Similarly, Apple refuses to share the wealth with other companies. Its refusal to support Flash, or to provide ports on the iPad to let third parties add their own creativity and imagination to the product will stifle its uses. Many users will find the iPad limiting. Apple tries to control how its device is used, rather than leaving that up to the user. That is a major mistake.

So who will emerge the winner? Probably not other players like Blackberry or HP with its WebOS. They are late arriving to the market, unwilling to make serious price concessions, and unable to develop the large App selection needed to build critical mass. They may be very nice products, but that is not enough. Anyone remember the Amiga PC of the 1980's? It was an amazing computer for its time, with many very cool features far ahead of anything else available at the time. But its high price and the inability to build sufficient market share to encourage software developers to build a large stable of programs sealed its fate. Instead, the far less evolved but cheaper and more widely available MS-DOS took over the PC world.

So who will be in the position to be the next Microsoft? Certainly not Microsoft, which has not developed a truly ground breaking program since it introduced MS-Office a couple of decades ago. To me, the winnner appears to be Google. The Android OS, with the Honeycomb version being developed for tablets, looks to be the favorite. Just like MS-DOS in the PC world of the 1980's, Android is a widely available and cheap OS for developers of phones and tablets.
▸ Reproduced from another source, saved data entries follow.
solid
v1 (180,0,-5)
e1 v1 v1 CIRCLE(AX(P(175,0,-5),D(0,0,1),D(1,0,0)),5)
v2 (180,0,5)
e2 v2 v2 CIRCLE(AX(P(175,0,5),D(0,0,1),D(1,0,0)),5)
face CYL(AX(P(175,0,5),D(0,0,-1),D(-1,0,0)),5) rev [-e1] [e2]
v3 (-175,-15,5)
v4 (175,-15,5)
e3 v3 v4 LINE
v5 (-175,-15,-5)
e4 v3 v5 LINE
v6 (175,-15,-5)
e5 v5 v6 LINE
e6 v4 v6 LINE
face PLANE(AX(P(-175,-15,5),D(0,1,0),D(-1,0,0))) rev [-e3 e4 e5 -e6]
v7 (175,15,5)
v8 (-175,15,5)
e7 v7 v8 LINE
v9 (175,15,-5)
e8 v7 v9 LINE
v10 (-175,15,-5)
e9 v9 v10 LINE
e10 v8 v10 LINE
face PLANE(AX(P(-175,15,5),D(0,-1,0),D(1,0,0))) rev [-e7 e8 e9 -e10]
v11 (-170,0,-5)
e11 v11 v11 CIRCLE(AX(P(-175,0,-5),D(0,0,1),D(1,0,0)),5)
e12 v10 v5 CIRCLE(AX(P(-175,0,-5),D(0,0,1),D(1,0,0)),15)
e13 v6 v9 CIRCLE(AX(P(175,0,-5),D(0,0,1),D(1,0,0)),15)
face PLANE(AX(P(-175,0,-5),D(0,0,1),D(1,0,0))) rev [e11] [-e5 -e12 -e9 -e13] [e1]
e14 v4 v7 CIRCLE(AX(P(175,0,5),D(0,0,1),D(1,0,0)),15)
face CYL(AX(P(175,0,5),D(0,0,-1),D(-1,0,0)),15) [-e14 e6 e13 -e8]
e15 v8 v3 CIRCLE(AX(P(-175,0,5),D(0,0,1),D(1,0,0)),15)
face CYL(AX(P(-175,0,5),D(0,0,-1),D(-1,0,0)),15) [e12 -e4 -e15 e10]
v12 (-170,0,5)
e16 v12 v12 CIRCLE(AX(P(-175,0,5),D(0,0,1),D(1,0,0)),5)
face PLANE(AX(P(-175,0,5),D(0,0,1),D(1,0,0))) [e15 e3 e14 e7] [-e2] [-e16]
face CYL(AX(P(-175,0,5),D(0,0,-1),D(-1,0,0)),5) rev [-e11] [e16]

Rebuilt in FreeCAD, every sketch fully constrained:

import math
import FreeCAD as App
import Part
import Sketcher
from FreeCAD import Vector

doc = App.newDocument("Part")
body = doc.addObject("PartDesign::Body", "Body")

sketch1 = body.newObject("Sketcher::SketchObject", "Sketch")
sketch1.AttachmentSupport = (doc.getObject("XY_Plane"), [""])
sketch1.MapMode = "FlatFace"
sketch1.addGeometry([
    Part.LineSegment(Vector(175, 15, 0), Vector(-175, 15, 0)),
    Part.ArcOfCircle(Part.Circle(Vector(-175, 0, 0), Vector(0, 0, 1), 15), math.radians(90), math.radians(270)),
    Part.LineSegment(Vector(-175, -15, 0), Vector(175, -15, 0)),
    Part.ArcOfCircle(Part.Circle(Vector(175, 0, 0), Vector(0, 0, 1), 15), math.radians(-90), math.radians(90)),
    Part.Circle(Vector(175, 0, 0), Vector(0, 0, 1), 5),
    Part.Circle(Vector(-175, 0, 0), Vector(0, 0, 1), 5),
], False)
sketch1.addConstraint([
    Sketcher.Constraint("Tangent", 0, 2, 1, 1),
    Sketcher.Constraint("Tangent", 1, 2, 2, 1),
    Sketcher.Constraint("Tangent", 2, 2, 3, 1),
    Sketcher.Constraint("Tangent", 3, 2, 0, 1),
    Sketcher.Constraint("Horizontal", 0),
    Sketcher.Constraint("Horizontal", 2),
    Sketcher.Constraint("Coincident", 4, 3, 3, 3),
    Sketcher.Constraint("Coincident", 5, 3, 1, 3),
    Sketcher.Constraint("Equal", 4, 5),
    Sketcher.Constraint("Symmetric", 1, 3, 3, 3, -1, 1),
    Sketcher.Constraint("Diameter", 4, 10.0),
    Sketcher.Constraint("Radius", 1, 15.0),
    Sketcher.Constraint("DistanceX", 0, 2, 0, 1, 350.0),
])
pad1 = body.newObject("PartDesign::Pad", "Pad")
pad1.Profile = sketch1
pad1.Length = 10
pad1.Midplane = True

doc.recompute()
It is a high quality OS with enough flexibility to let third parties develop and create new and innovative ways to use it. It is available to a wide number of hardware developers, meaning it will much more easily push its way into a large market share, thus encouraging more App developers, which only continues the cycle up to market domination. The fact that App developers are not shaken down for as much money as possible will also earn Android good will and devoted supporters in the developer community.

This leads me to the title of this piece. Do not by any tablet now. If you wanted to be an early adopter of the iPad, you should have bought six months ago. At this point, you should wait for the iPad 2 to be released in April. Even if the iPad original is all you need, the prices on that will drop considerably as soon as the iPad 2 hits the market.

If you are considering any other tablet, there is not much out there. Google's Honeycomb, Blackberry's Playbook and HP's WebOS are all still months away from release. When they are first released, you will likely see more bugs in first releases than we saw with the iPad. Apple is one of the best in beta testing and getting rid of glitches before going to market, despite its other faults. I would say Christmas 2011 is probably the earliest to consider such a purchase.

If you are concerned about getting value, you will probably have to wait until well into 2012 or even 2013 before the "bleeding edge" pricing goes away and competition forces tablets down into the sub $300 or even $200 level.

If you want something right now that is cheap, reliable and that is small and easy to carry around, buy a netbook. You can get a pretty good one for around $250. It will have a screen as big as the iPad, an OS as good as any PC, and it will even have a keyboard to make writing much easier.

Ten years from now, we will look at an $800 tablet the way we look at the $5000 PCs or $1000 CD players that were sold in the 1980's. A device made in 2021 will be much cheaper (probably under $150 in today's dollars) and will do much more. Sure, most of us won't wait until then since life is short and we want to enjoy the latest technologies now. But the next two years will see the largest decreases in price and the highest growth in improvements. Patience is well worth it.